Baltasar Garzón Real
Publicada el 03/10/2020 a las 06:00

Lo ocurrido en Madrid a cuenta de la gestión sanitaria y los rifirrafes políticos entre el Gobierno autonómico y el central ha sido esperpéntico e incomprensible. Seis meses después de que se declarase la pandemia y con cerca de 32.000 muertos a nuestras espaldas, es imposible explicar a los ciudadanos por qué los políticos no son capaces de llegar a un acuerdo, pero todavía es peor justificar el bochornoso espectáculo al que hemos asistido.

La Comunidad de Madrid se ha especializado en alcanzar acuerdos sanitarios con el Gobierno y hacerlos saltar por los aires a los dos días. Lo hizo tras la reunión de Ayuso con Sánchez y lo volvió a hacer el pasado miércoles después de haber llegado a un preacuerdo con Sanidad y reventarlo posteriormente, votando en contra a las 24 horas, junto con Andalucía, Galicia, Murcia y Cataluña, además de Ceuta.

Madrid da una de cal y otra de arena. Se dice y se desdice. Juega con los datos para justificar su disconformidad con el Ministerio de Sanidad en su intención de confinar. Ayuso juega al despiste y lo peor de todo es que el PP le está dando cancha. El virus mata, la mala gestión política también. Ayuso exigió la imposición de criterios comunes para aceptar el texto y, cuando Sanidad cedió, la presidenta dio la espalda al Ministerio y miró de reojo al vicepresidente Aguado, acusándole de preparar una emboscada para hacerse con la Comunidad. ¿A qué estamos jugando? ¿Aún no se han enterado de que la gente se muere? Es una falta de respeto a la ciudadanía y un chuleo al Ministerio. Pero no ha sido la primera vez.
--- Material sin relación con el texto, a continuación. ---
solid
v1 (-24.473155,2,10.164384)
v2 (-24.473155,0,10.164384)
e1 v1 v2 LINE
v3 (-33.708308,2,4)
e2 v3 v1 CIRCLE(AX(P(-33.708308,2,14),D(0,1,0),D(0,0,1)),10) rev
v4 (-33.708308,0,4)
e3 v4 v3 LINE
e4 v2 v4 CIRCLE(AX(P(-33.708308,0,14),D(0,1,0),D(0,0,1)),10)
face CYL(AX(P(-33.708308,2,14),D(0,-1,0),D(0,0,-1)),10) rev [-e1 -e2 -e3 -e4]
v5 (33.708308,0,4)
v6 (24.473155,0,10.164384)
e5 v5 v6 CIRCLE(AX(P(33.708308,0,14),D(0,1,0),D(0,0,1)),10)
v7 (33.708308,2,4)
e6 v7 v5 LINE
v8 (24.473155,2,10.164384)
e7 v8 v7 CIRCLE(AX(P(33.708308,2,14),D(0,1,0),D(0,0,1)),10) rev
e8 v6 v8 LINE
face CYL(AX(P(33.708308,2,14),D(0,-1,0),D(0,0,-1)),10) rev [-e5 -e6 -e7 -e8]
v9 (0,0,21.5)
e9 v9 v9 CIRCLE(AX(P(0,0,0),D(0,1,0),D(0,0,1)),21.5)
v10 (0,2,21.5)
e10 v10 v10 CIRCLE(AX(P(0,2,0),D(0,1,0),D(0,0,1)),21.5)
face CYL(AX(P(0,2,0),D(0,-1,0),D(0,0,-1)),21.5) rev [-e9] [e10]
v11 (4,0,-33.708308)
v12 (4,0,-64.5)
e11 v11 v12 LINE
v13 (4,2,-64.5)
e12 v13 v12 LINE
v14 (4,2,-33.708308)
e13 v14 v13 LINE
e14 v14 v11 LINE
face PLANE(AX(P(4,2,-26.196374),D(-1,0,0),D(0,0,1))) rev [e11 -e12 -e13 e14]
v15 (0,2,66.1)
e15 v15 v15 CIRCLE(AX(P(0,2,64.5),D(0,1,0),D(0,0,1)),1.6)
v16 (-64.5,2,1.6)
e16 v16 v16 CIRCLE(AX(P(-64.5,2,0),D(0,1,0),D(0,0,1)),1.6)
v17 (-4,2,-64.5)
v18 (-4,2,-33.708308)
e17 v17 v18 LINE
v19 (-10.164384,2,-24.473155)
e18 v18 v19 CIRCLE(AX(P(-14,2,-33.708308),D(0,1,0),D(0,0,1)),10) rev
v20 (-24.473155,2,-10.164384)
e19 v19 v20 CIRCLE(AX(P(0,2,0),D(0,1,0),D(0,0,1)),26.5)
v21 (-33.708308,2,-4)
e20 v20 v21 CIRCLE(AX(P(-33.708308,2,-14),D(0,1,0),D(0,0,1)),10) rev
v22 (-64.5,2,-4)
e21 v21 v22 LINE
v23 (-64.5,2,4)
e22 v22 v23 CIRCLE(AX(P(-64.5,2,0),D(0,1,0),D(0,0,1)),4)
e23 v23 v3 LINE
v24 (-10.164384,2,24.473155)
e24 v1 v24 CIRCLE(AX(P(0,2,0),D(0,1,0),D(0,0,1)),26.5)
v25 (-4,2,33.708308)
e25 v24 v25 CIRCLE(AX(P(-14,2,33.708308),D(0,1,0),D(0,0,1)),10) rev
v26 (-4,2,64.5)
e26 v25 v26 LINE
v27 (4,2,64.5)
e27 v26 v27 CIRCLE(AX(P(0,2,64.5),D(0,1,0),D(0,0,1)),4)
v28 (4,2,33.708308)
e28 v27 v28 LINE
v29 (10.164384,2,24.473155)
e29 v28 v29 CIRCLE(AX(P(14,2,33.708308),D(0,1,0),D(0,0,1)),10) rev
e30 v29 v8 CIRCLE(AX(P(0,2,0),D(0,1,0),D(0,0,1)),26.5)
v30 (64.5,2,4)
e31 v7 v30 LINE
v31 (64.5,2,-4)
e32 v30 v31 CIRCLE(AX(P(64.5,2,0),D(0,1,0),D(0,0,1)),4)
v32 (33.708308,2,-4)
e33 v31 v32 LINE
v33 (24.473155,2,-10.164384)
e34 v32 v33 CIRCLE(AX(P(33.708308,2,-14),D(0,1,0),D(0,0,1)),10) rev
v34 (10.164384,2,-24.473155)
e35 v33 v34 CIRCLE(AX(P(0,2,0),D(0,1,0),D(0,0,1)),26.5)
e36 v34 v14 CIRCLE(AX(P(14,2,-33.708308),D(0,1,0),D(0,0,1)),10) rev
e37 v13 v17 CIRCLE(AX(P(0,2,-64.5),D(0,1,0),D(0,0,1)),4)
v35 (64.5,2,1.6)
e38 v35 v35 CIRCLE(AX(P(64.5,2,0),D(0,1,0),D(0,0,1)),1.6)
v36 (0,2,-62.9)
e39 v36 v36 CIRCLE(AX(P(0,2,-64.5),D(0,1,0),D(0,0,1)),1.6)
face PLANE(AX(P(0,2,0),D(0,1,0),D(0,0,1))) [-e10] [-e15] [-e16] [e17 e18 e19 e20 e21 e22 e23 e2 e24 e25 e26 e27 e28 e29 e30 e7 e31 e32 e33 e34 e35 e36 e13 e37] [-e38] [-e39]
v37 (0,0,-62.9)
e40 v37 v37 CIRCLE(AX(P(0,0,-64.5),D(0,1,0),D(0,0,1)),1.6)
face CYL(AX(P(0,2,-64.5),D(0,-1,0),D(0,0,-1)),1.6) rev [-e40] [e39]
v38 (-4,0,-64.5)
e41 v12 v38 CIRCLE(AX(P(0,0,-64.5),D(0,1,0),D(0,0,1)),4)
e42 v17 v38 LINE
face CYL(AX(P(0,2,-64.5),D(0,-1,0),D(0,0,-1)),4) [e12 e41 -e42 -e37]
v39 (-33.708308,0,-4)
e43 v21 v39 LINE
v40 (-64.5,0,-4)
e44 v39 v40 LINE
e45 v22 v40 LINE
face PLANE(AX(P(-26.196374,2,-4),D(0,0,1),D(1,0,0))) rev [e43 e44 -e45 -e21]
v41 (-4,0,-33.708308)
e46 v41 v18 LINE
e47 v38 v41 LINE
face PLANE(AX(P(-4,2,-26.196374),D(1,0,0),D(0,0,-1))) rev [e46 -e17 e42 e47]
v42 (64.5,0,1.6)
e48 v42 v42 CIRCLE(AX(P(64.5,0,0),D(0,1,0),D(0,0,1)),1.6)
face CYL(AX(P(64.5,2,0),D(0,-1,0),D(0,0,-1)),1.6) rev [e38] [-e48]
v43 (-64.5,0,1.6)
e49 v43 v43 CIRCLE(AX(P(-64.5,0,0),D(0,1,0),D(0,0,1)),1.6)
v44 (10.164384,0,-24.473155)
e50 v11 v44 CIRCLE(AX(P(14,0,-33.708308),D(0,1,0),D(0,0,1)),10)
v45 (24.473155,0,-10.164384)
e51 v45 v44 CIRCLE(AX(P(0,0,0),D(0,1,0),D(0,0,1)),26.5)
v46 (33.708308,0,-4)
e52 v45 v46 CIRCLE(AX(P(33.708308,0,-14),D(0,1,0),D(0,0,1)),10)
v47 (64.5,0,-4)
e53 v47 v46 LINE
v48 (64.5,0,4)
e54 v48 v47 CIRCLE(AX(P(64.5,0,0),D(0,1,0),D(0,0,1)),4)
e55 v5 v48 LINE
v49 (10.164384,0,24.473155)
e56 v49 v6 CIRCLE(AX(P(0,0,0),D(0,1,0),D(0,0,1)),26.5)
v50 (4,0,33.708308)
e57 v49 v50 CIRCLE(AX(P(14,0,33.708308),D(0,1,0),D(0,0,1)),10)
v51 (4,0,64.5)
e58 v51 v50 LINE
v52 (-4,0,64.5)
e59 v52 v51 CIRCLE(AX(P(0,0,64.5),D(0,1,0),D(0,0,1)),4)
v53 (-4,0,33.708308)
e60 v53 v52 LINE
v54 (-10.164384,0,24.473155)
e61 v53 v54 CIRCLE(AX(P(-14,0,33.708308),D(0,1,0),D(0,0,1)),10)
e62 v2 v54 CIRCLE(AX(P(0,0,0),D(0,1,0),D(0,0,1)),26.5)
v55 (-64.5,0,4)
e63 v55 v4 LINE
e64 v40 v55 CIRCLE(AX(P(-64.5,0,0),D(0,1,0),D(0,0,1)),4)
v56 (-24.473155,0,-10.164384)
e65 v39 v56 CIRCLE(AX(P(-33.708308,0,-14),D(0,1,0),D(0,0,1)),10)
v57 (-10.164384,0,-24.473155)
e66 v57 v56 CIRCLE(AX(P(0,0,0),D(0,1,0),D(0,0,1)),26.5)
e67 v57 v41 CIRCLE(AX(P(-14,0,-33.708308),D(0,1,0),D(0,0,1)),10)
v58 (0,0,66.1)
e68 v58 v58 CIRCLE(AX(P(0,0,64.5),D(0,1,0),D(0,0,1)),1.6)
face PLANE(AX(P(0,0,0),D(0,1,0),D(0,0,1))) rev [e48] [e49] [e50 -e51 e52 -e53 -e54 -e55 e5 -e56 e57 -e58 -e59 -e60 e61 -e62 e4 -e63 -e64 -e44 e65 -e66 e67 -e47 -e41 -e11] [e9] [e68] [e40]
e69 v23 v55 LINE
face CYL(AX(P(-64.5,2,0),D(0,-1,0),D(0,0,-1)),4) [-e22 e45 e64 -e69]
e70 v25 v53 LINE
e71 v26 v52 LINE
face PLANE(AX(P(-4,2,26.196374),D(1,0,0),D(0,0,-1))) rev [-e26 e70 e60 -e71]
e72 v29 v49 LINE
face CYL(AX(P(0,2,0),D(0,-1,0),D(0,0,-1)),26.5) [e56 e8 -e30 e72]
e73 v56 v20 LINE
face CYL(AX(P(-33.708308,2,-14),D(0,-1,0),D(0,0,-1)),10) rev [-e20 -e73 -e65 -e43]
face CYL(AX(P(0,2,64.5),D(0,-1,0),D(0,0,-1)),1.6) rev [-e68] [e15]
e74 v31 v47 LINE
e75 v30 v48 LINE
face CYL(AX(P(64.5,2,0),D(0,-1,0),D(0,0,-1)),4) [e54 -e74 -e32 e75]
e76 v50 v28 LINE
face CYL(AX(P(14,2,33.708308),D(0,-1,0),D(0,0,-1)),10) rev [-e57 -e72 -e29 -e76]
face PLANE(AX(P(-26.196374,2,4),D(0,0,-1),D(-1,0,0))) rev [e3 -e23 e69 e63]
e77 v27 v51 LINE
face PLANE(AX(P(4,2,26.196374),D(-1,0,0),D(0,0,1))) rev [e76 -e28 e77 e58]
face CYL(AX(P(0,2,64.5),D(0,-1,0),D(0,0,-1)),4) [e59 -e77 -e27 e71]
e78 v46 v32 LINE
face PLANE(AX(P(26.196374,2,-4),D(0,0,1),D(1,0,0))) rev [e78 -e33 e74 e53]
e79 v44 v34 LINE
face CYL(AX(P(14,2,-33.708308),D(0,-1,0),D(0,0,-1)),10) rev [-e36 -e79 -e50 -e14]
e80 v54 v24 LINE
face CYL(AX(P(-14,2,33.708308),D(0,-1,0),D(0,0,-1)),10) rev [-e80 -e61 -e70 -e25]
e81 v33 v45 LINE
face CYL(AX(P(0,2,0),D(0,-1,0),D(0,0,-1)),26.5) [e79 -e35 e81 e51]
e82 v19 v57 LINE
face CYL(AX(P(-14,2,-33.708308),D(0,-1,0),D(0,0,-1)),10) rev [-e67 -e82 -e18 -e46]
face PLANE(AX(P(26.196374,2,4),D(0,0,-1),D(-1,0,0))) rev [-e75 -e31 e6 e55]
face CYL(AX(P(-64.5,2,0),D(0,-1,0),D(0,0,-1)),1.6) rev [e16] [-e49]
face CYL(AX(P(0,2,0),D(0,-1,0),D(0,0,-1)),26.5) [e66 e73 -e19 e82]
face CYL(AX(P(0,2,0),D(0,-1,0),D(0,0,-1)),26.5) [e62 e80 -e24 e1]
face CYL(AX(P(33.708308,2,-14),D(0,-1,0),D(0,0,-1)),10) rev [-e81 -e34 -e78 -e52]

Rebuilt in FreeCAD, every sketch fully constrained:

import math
import FreeCAD as App
import Part
import Sketcher
from FreeCAD import Vector


def edges_at(feature, points):
    """Names of the edges that pass closest to the given points."""
    edges = feature.Shape.Edges
    near = lambda p: min(range(len(edges)), key=lambda i: edges[i].distToShape(Part.Vertex(*p))[0])
    return sorted({f"Edge{near(p) + 1}" for p in points})

doc = App.newDocument("Part")
body = doc.addObject("PartDesign::Body", "Body")

sketch1 = doc.addObject("Sketcher::SketchObject", "Sketch")
body.addObject(sketch1)
sketch1.AttachmentSupport = (doc.XZ_Plane, [""])
sketch1.MapMode = "FlatFace"
sketch1.addGeometry(Part.LineSegment(Vector(4, -26.196374, 0), Vector(4, -64.5, 0)), False)
sketch1.addGeometry(Part.ArcOfCircle(Part.Circle(Vector(0, -64.5, 0), Vector(0, 0, 1), 4), math.radians(180), math.radians(360)), False)
sketch1.addGeometry(Part.LineSegment(Vector(-4, -64.5, 0), Vector(-4, -26.196374, 0)), False)
sketch1.addGeometry(Part.ArcOfCircle(Part.Circle(Vector(0, 0, 0), Vector(0, 0, 1), 26.5), math.radians(-171.318398), math.radians(-98.681602)), False)
sketch1.addGeometry(Part.LineSegment(Vector(-26.196374, -4, 0), Vector(-64.5, -4, 0)), False)
sketch1.addGeometry(Part.ArcOfCircle(Part.Circle(Vector(-64.5, 0, 0), Vector(0, 0, 1), 4), math.radians(90), math.radians(270)), False)
sketch1.addGeometry(Part.LineSegment(Vector(-64.5, 4, 0), Vector(-26.196374, 4, 0)), False)
sketch1.addGeometry(Part.ArcOfCircle(Part.Circle(Vector(0, 0, 0), Vector(0, 0, 1), 26.5), math.radians(98.681602), math.radians(171.318398)), False)
sketch1.addGeometry(Part.LineSegment(Vector(-4, 26.196374, 0), Vector(-4, 64.5, 0)), False)
sketch1.addGeometry(Part.ArcOfCircle(Part.Circle(Vector(0, 64.5, 0), Vector(0, 0, 1), 4), math.radians(0), math.radians(180)), False)
sketch1.addGeometry(Part.LineSegment(Vector(4, 64.5, 0), Vector(4, 26.196374, 0)), False)
sketch1.addGeometry(Part.ArcOfCircle(Part.Circle(Vector(0, 0, 0), Vector(0, 0, 1), 26.5), math.radians(8.681602), math.radians(81.318398)), False)
sketch1.addGeometry(Part.LineSegment(Vector(26.196374, 4, 0), Vector(64.5, 4, 0)), False)
sketch1.addGeometry(Part.ArcOfCircle(Part.Circle(Vector(64.5, 0, 0), Vector(0, 0, 1), 4), math.radians(-90), math.radians(90)), False)
sketch1.addGeometry(Part.LineSegment(Vector(64.5, -4, 0), Vector(26.196374, -4, 0)), False)
sketch1.addGeometry(Part.ArcOfCircle(Part.Circle(Vector(0, 0, 0), Vector(0, 0, 1), 26.5), math.radians(-81.318398), math.radians(-8.681602)), False)
sketch1.addGeometry(Part.Circle(Vector(0, 64.5, 0), Vector(0, 0, 1), 1.6), False)
sketch1.addGeometry(Part.Circle(Vector(-64.5, 0, 0), Vector(0, 0, 1), 1.6), False)
sketch1.addGeometry(Part.Circle(Vector(0, 0, 0), Vector(0, 0, 1), 21.5), False)
sketch1.addGeometry(Part.Circle(Vector(64.5, 0, 0), Vector(0, 0, 1), 1.6), False)
sketch1.addGeometry(Part.Circle(Vector(0, -64.5, 0), Vector(0, 0, 1), 1.6), False)
sketch1.addConstraint(Sketcher.Constraint("Tangent", 0, 2, 1, 2))
sketch1.addConstraint(Sketcher.Constraint("Tangent", 1, 1, 2, 1))
sketch1.addConstraint(Sketcher.Constraint("Coincident", 2, 2, 3, 2))
sketch1.addConstraint(Sketcher.Constraint("Coincident", 3, 1, 4, 1))
sketch1.addConstraint(Sketcher.Constraint("Tangent", 4, 2, 5, 2))
sketch1.addConstraint(Sketcher.Constraint("Tangent", 5, 1, 6, 1))
sketch1.addConstraint(Sketcher.Constraint("Coincident", 6, 2, 7, 2))
sketch1.addConstraint(Sketcher.Constraint("Coincident", 7, 1, 8, 1))
sketch1.addConstraint(Sketcher.Constraint("Tangent", 8, 2, 9, 2))
sketch1.addConstraint(Sketcher.Constraint("Tangent", 9, 1, 10, 1))
sketch1.addConstraint(Sketcher.Constraint("Coincident", 10, 2, 11, 2))
sketch1.addConstraint(Sketcher.Constraint("Coincident", 11, 1, 12, 1))
sketch1.addConstraint(Sketcher.Constraint("Tangent", 12, 2, 13, 2))
sketch1.addConstraint(Sketcher.Constraint("Tangent", 13, 1, 14, 1))
sketch1.addConstraint(Sketcher.Constraint("Coincident", 14, 2, 15, 2))
sketch1.addConstraint(Sketcher.Constraint("Coincident", 15, 1, 0, 1))
sketch1.addConstraint(Sketcher.Constraint("Vertical", 0))
sketch1.addConstraint(Sketcher.Constraint("Vertical", 2))
sketch1.addConstraint(Sketcher.Constraint("Horizontal", 4))
sketch1.addConstraint(Sketcher.Constraint("Horizontal", 6))
sketch1.addConstraint(Sketcher.Constraint("Vertical", 8))
sketch1.addConstraint(Sketcher.Constraint("Vertical", 10))
sketch1.addConstraint(Sketcher.Constraint("Horizontal", 12))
La semana pasada tuvo lugar la cumbre con el presidente del Gobierno, Pedro Sánchez. Tras ella se anunció que ambos estaban dispuestos a que sus políticas convivieran —o se sucedieran— para amortiguar el impacto de la segunda ola del covid 19 en la Comunidad de Madrid. Ambos nos hicieron ver que estaban juntos y que creían que una crisis como la de marzo sería imperdonable y provocaría arenas movedizas capaces de engullir a cualquier Gobierno, autonómico o nacional. Con un número de infectados que crecía exponencialmente, parecían haber enterrado el hacha de guerra y optado por la elección más inteligente para salvar sus respectivos pellejos. Pero nada en Madrid es seguro y se podía producir un cambio en cualquier momento… y cambió: 48 horas después, todo saltó por los aires.

Ese punto de desvarío…

La situación sanitaria es tan preocupante que cada encuentro político o de responsables de salud puede alterar notablemente el modus vivendi de los ciudadanos. A ello, a esta inmediatez que condiciona el quehacer diario, se une la desinformación y la confusión ciudadana a la que contribuye el estilo particular de la presidenta, con oratoria propia. Sus intervenciones no tienen parangón, exhiben un marchamo de inteligencia por encima de la cual no salen. Una especie de control de calidad a la inversa, como aquello de "cuanto peor, mejor para todos". Ese punto de desvarío que le deja a uno descolocado, atónito, al percatarse de que su interlocutor alcanza tal grado de extravagancia y atrevimiento que lleva a la vergüenza ajena.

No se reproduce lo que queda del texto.